DSPy.rb makes concurrent processing straightforward. Here’s the minimal code needed:

require 'async'
require 'async/barrier'

# Your existing DSPy module
predictor = DSPy::ChainOfThought.new(YourSignature)

# Concurrent execution
Async do
  barrier = Async::Barrier.new
  
  requests.each do |request|
    barrier.async do
      result = predictor.call(**request)
      # Process result
    end
  end
  
  barrier.wait  # Wait for all to complete
end

Each prediction runs in its own fiber with isolated context. DSPy.rb’s fiber-local storage ensures that temporary configuration changes (like switching models) don’t interfere with concurrent requests.

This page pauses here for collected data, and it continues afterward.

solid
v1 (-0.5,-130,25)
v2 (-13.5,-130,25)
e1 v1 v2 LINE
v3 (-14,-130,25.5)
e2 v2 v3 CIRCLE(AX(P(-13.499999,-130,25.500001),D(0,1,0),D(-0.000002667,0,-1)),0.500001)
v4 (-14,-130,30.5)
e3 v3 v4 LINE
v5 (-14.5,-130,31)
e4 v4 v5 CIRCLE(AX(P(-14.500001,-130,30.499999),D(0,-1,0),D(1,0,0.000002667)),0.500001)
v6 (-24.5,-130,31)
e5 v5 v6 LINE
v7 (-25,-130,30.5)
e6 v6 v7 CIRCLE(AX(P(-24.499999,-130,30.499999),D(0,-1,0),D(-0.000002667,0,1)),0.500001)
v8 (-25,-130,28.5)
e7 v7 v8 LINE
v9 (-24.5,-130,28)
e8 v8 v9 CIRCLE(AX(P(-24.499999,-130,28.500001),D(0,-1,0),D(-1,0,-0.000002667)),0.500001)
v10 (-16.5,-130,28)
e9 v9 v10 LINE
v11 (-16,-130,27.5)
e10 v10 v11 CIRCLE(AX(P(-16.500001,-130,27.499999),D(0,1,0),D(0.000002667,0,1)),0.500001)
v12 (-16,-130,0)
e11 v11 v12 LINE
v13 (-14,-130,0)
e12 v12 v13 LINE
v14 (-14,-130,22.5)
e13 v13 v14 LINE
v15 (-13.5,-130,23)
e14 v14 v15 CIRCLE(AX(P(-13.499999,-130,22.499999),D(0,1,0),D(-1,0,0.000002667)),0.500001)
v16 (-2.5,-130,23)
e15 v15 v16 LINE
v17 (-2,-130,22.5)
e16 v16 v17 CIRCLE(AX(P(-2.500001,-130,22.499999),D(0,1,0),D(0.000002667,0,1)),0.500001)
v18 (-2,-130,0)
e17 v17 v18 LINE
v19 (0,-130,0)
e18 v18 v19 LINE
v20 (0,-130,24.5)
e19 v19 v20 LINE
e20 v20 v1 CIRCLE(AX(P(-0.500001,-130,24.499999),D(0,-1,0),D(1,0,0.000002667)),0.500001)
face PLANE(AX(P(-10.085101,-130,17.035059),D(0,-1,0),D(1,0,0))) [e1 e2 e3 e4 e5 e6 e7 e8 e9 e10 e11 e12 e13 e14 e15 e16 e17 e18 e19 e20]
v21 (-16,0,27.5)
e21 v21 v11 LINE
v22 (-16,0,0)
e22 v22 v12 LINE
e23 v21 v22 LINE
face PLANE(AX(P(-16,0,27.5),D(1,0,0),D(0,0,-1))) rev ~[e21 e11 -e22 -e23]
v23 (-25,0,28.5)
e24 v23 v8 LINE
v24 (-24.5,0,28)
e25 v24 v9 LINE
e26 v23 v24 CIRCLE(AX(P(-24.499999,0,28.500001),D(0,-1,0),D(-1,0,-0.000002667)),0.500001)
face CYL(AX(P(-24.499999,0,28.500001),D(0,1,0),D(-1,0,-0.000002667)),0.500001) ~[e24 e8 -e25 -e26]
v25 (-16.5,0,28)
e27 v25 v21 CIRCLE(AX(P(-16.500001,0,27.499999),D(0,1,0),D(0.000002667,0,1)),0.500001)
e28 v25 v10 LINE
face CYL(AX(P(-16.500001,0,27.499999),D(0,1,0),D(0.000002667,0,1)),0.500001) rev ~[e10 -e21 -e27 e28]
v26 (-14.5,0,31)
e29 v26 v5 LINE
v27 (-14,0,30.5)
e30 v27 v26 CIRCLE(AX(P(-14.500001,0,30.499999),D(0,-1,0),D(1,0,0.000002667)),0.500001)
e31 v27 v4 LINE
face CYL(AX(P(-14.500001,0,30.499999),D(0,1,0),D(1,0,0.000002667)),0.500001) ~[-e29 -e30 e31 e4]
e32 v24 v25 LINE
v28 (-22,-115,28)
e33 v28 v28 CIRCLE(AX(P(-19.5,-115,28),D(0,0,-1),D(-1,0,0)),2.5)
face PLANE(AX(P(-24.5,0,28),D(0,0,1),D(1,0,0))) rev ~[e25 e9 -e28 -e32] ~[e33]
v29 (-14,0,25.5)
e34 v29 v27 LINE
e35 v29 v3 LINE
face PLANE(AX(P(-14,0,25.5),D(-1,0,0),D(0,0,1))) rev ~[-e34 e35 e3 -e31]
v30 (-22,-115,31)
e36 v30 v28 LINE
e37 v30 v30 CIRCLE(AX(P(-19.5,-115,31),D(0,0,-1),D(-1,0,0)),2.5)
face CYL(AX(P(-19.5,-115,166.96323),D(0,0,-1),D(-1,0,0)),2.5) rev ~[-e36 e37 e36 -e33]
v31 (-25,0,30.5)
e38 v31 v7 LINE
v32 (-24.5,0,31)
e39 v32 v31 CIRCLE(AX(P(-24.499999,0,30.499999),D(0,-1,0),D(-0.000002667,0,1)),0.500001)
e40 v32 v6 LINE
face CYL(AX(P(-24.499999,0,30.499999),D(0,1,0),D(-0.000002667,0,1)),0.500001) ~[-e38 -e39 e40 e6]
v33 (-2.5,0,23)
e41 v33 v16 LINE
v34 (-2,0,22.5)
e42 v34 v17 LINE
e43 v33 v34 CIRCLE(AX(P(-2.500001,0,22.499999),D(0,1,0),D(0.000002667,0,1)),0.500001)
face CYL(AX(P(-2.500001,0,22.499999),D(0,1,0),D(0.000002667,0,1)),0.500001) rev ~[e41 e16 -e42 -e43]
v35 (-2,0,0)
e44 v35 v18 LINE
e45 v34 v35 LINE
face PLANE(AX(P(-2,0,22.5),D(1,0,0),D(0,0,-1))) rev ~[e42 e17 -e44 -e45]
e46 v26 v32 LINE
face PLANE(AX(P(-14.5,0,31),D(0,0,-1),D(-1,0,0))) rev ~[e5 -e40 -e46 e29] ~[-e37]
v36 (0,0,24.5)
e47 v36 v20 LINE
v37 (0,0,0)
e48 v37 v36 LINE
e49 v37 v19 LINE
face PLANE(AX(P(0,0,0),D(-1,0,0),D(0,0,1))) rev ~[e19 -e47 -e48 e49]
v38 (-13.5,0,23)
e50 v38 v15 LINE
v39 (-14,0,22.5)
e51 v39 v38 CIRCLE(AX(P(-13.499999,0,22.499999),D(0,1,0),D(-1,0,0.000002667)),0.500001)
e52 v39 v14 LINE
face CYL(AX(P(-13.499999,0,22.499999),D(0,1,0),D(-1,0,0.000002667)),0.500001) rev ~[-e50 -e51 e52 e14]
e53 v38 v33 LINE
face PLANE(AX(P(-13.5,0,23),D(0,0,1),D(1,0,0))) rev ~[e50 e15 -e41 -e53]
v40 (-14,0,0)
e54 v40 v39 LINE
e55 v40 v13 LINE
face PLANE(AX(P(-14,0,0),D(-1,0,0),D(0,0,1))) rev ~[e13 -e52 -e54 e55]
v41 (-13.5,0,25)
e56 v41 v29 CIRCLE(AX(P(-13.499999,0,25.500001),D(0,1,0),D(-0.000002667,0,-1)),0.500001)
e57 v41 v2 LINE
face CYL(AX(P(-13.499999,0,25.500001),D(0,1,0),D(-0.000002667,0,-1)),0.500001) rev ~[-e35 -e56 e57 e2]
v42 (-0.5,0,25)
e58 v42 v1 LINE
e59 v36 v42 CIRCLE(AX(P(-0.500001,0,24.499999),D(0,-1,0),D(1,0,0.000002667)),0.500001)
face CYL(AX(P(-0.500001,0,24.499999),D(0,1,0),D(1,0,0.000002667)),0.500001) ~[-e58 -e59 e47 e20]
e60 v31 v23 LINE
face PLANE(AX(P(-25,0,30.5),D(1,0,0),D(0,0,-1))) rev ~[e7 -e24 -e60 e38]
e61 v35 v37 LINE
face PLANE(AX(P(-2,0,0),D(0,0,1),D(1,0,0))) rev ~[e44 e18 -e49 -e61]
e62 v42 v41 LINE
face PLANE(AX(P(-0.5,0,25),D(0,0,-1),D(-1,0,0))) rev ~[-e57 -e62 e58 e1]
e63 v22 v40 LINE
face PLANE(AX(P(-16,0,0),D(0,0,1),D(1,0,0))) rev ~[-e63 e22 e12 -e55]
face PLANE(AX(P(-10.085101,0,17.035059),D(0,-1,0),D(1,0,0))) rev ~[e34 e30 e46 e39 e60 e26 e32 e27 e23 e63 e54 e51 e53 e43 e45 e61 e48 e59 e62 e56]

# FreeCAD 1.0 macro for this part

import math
import FreeCAD as App
import Part
import Sketcher

V = App.Vector

doc = App.newDocument("Part")
body = doc.addObject("PartDesign::Body", "Body")

sketch1 = body.newObject("Sketcher::SketchObject", "Sketch")
sketch1.AttachmentSupport = (doc.getObject("XZ_Plane"), [""])
sketch1.MapMode = "FlatFace"
sketch1.addGeometry(Part.LineSegment(V(-2, 0, 0), V(0, 0, 0)), False)
sketch1.addGeometry(Part.LineSegment(V(0, 0, 0), V(0, 24.5, 0)), False)
sketch1.addGeometry(Part.ArcOfCircle(Part.Circle(V(-0.500001, 24.499999, 0), V(0, 0, 1), 0.500001), math.radians(0.000153), math.radians(89.999847)), False)
sketch1.addGeometry(Part.LineSegment(V(-0.5, 25, 0), V(-13.5, 25, 0)), False)
sketch1.addGeometry(Part.ArcOfCircle(Part.Circle(V(-13.499999, 25.500001, 0), V(0, 0, 1), 0.500001), math.radians(-179.999847), math.radians(-90.000153)), False)
sketch1.addGeometry(Part.LineSegment(V(-14, 25.5, 0), V(-14, 30.5, 0)), False)
sketch1.addGeometry(Part.ArcOfCircle(Part.Circle(V(-14.500001, 30.499999, 0), V(0, 0, 1), 0.500001), math.radians(0.000153), math.radians(89.999847)), False)
sketch1.addGeometry(Part.LineSegment(V(-14.5, 31, 0), V(-24.5, 31, 0)), False)
sketch1.addGeometry(Part.ArcOfCircle(Part.Circle(V(-24.499999, 30.499999, 0), V(0, 0, 1), 0.500001), math.radians(90.000153), math.radians(179.999847)), False)
sketch1.addGeometry(Part.LineSegment(V(-25, 30.5, 0), V(-25, 28.5, 0)), False)
sketch1.addGeometry(Part.ArcOfCircle(Part.Circle(V(-24.499999, 28.500001, 0), V(0, 0, 1), 0.500001), math.radians(-179.999847), math.radians(-90.000153)), False)
sketch1.addGeometry(Part.LineSegment(V(-24.5, 28, 0), V(-16.5, 28, 0)), False)
sketch1.addGeometry(Part.ArcOfCircle(Part.Circle(V(-16.500001, 27.499999, 0), V(0, 0, 1), 0.500001), math.radians(0.000153), math.radians(89.999847)), False)
sketch1.addGeometry(Part.LineSegment(V(-16, 27.5, 0), V(-16, 0, 0)), False)
sketch1.addGeometry(Part.LineSegment(V(-16, 0, 0), V(-14, 0, 0)), False)
sketch1.addGeometry(Part.LineSegment(V(-14, 0, 0), V(-14, 22.5, 0)), False)
sketch1.addGeometry(Part.ArcOfCircle(Part.Circle(V(-13.499999, 22.499999, 0), V(0, 0, 1), 0.500001), math.radians(90.000153), math.radians(179.999847)), False)
sketch1.addGeometry(Part.LineSegment(V(-13.5, 23, 0), V(-2.5, 23, 0)), False)
sketch1.addGeometry(Part.ArcOfCircle(Part.Circle(V(-2.500001, 22.499999, 0), V(0, 0, 1), 0.500001), math.radians(0.000153), math.radians(89.999847)), False)
sketch1.addGeometry(Part.LineSegment(V(-2, 22.5, 0), V(-2, 0, 0)), False)
sketch1.addConstraint(Sketcher.Constraint("Coincident", 0, 2, 1, 1))
sketch1.addConstraint(Sketcher.Constraint("Coincident", 1, 2, 2, 1))
sketch1.addConstraint(Sketcher.Constraint("Coincident", 2, 2, 3, 1))
sketch1.addConstraint(Sketcher.Constraint("Coincident", 3, 2, 4, 2))
sketch1.addConstraint(Sketcher.Constraint("Coincident", 4, 1, 5, 1))
sketch1.addConstraint(Sketcher.Constraint("Coincident", 5, 2, 6, 1))
sketch1.addConstraint(Sketcher.Constraint("Coincident", 6, 2, 7, 1))
sketch1.addConstraint(Sketcher.Constraint("Coincident", 7, 2, 8, 1))
sketch1.addConstraint(Sketcher.Constraint("Coincident", 8, 2, 9, 1))
sketch1.addConstraint(Sketcher.Constraint("Coincident", 9, 2, 10, 1))
sketch1.addConstraint(Sketcher.Constraint("Coincident", 10, 2, 11, 1))
sketch1.addConstraint(Sketcher.Constraint("Coincident", 11, 2, 12, 2))
sketch1.addConstraint(Sketcher.Constraint("Coincident", 12, 1, 13, 1))
sketch1.addConstraint(Sketcher.Constraint("Coincident", 13, 2, 14, 1))
sketch1.addConstraint(Sketcher.Constraint("Coincident", 14, 2, 15, 1))
sketch1.addConstraint(Sketcher.Constraint("Coincident", 15, 2, 16, 2))
sketch1.addConstraint(Sketcher.Constraint("Coincident", 16, 1, 17, 1))
sketch1.addConstraint(Sketcher.Constraint("Coincident", 17, 2, 18, 2))
sketch1.addConstraint(Sketcher.Constraint("Coincident", 18, 1, 19, 1))
sketch1.addConstraint(Sketcher.Constraint("Coincident", 19, 2, 0, 1))
sketch1.addConstraint(Sketcher.Constraint("Horizontal", 0))
sketch1.addConstraint(Sketcher.Constraint("Vertical", 1))
sketch1.addConstraint(Sketcher.Constraint("Horizontal", 3))
sketch1.addConstraint(Sketcher.Constraint("Vertical", 5))
sketch1.addConstraint(Sketcher.Constraint("Horizontal", 7))
sketch1.addConstraint(Sketcher.Constraint("Vertical", 9))
sketch1.addConstraint(Sketcher.Constraint("Horizontal", 11))
sketch1.addConstraint(Sketcher.Constraint("Vertical", 13))
sketch1.addConstraint(Sketcher.Constraint("Horizontal", 14))
sketch1.addConstraint(Sketcher.Constraint("Vertical", 15))
sketch1.addConstraint(Sketcher.Constraint("Horizontal", 17))
sketch1.addConstraint(Sketcher.Constraint("Vertical", 19))
sketch1.addConstraint(Sketcher.Constraint("Coincident", 0, 2, -1, 1))
sketch1.addConstraint(Sketcher.Constraint("Equal", 2, 4))
sketch1.addConstraint(Sketcher.Constraint("Equal", 4, 6))
sketch1.addConstraint(Sketcher.Constraint("Equal", 6, 8))
sketch1.addConstraint(Sketcher.Constraint("Equal", 8, 10))
sketch1.addConstraint(Sketcher.Constraint("Equal", 10, 12))
sketch1.addConstraint(Sketcher.Constraint("Equal", 12, 16))
sketch1.addConstraint(Sketcher.Constraint("Equal", 16, 18))
sketch1.addConstraint(Sketcher.Constraint("PointOnObject", 13, 2, -1))
sketch1.addConstraint(Sketcher.Constraint("Horizontal", 2, 3, 1, 2))
sketch1.addConstraint(Sketcher.Constraint("Horizontal", 8, 3, 5, 2))
sketch1.addConstraint(Sketcher.Constraint("Horizontal", 5, 2, 8, 2))
sketch1.addConstraint(Sketcher.Constraint("Horizontal", 10, 3, 9, 2))
sketch1.addConstraint(Sketcher.Constraint("Horizontal", 18, 3, 15, 2))
sketch1.addConstraint(Sketcher.Constraint("Horizontal", 15, 2, 18, 1))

When Concurrent Processing Helps

Concurrent processing provides the biggest benefits when:

  1. I/O bound operations: LLM API calls, database queries, external service calls
  2. Independent requests: Tasks that don’t depend on each other’s results
  3. Variable response times: Some requests are fast, others are slow
  4. Multiple data sources: Calling different LLM providers or APIs simultaneously

For the coffee shop example, concurrent processing helps because:

  • Each customer request is independent
  • LLM API calls have variable response times (5-7 seconds)
  • The agent makes external API calls that can be parallelized

Measuring Your Own Performance

To measure concurrent processing benefits in your application:

require 'benchmark'

# Benchmark sequential processing
sequential_time = Benchmark.measure do
  requests.each { |req| process_request(req) }
end

# Benchmark concurrent processing  
concurrent_time = Benchmark.measure do
  Async do
    barrier = Async::Barrier.new
    requests.each { |req| barrier.async { process_request(req) } }
    barrier.wait
  end
end

improvement = sequential_time.real / concurrent_time.real
puts "#{improvement.round(1)}x faster with concurrent processing"

Beyond the Coffee Shop

The principles demonstrated here apply to any LLM application:

  • Content generation: Process multiple articles simultaneously
  • Data analysis: Analyze multiple datasets in parallel
  • Multi-step workflows: Execute independent steps concurrently
  • Batch processing: Handle multiple user requests efficiently

The key is identifying I/O-bound, independent operations that can benefit from concurrent execution.

Practical Takeaways

  1. Ruby’s async ecosystem is production-ready - The async gem provides excellent concurrent processing capabilities
  2. Measure before optimizing - Use real benchmarks to validate performance improvements
  3. Concurrent != complex - DSPy.rb’s Async::Barrier makes concurrent processing straightforward
  4. Context isolation matters - Fiber-local storage prevents concurrent requests from interfering with each other
  5. Start small - Begin with simple concurrent patterns and build complexity gradually

Ruby’s async capabilities, combined with DSPy.rb’s async-aware architecture, provide a solid foundation for building scalable LLM applications. The 3x performance improvement we demonstrated is achievable with minimal code changes.

The coffee shop agent example shows that concurrent processing benefits are real, measurable, and accessible—no theoretical performance claims, just practical improvements you can implement today.


Try the concurrent coffee shop example yourself: clone the DSPy.rb repository and run both versions to see the performance difference firsthand.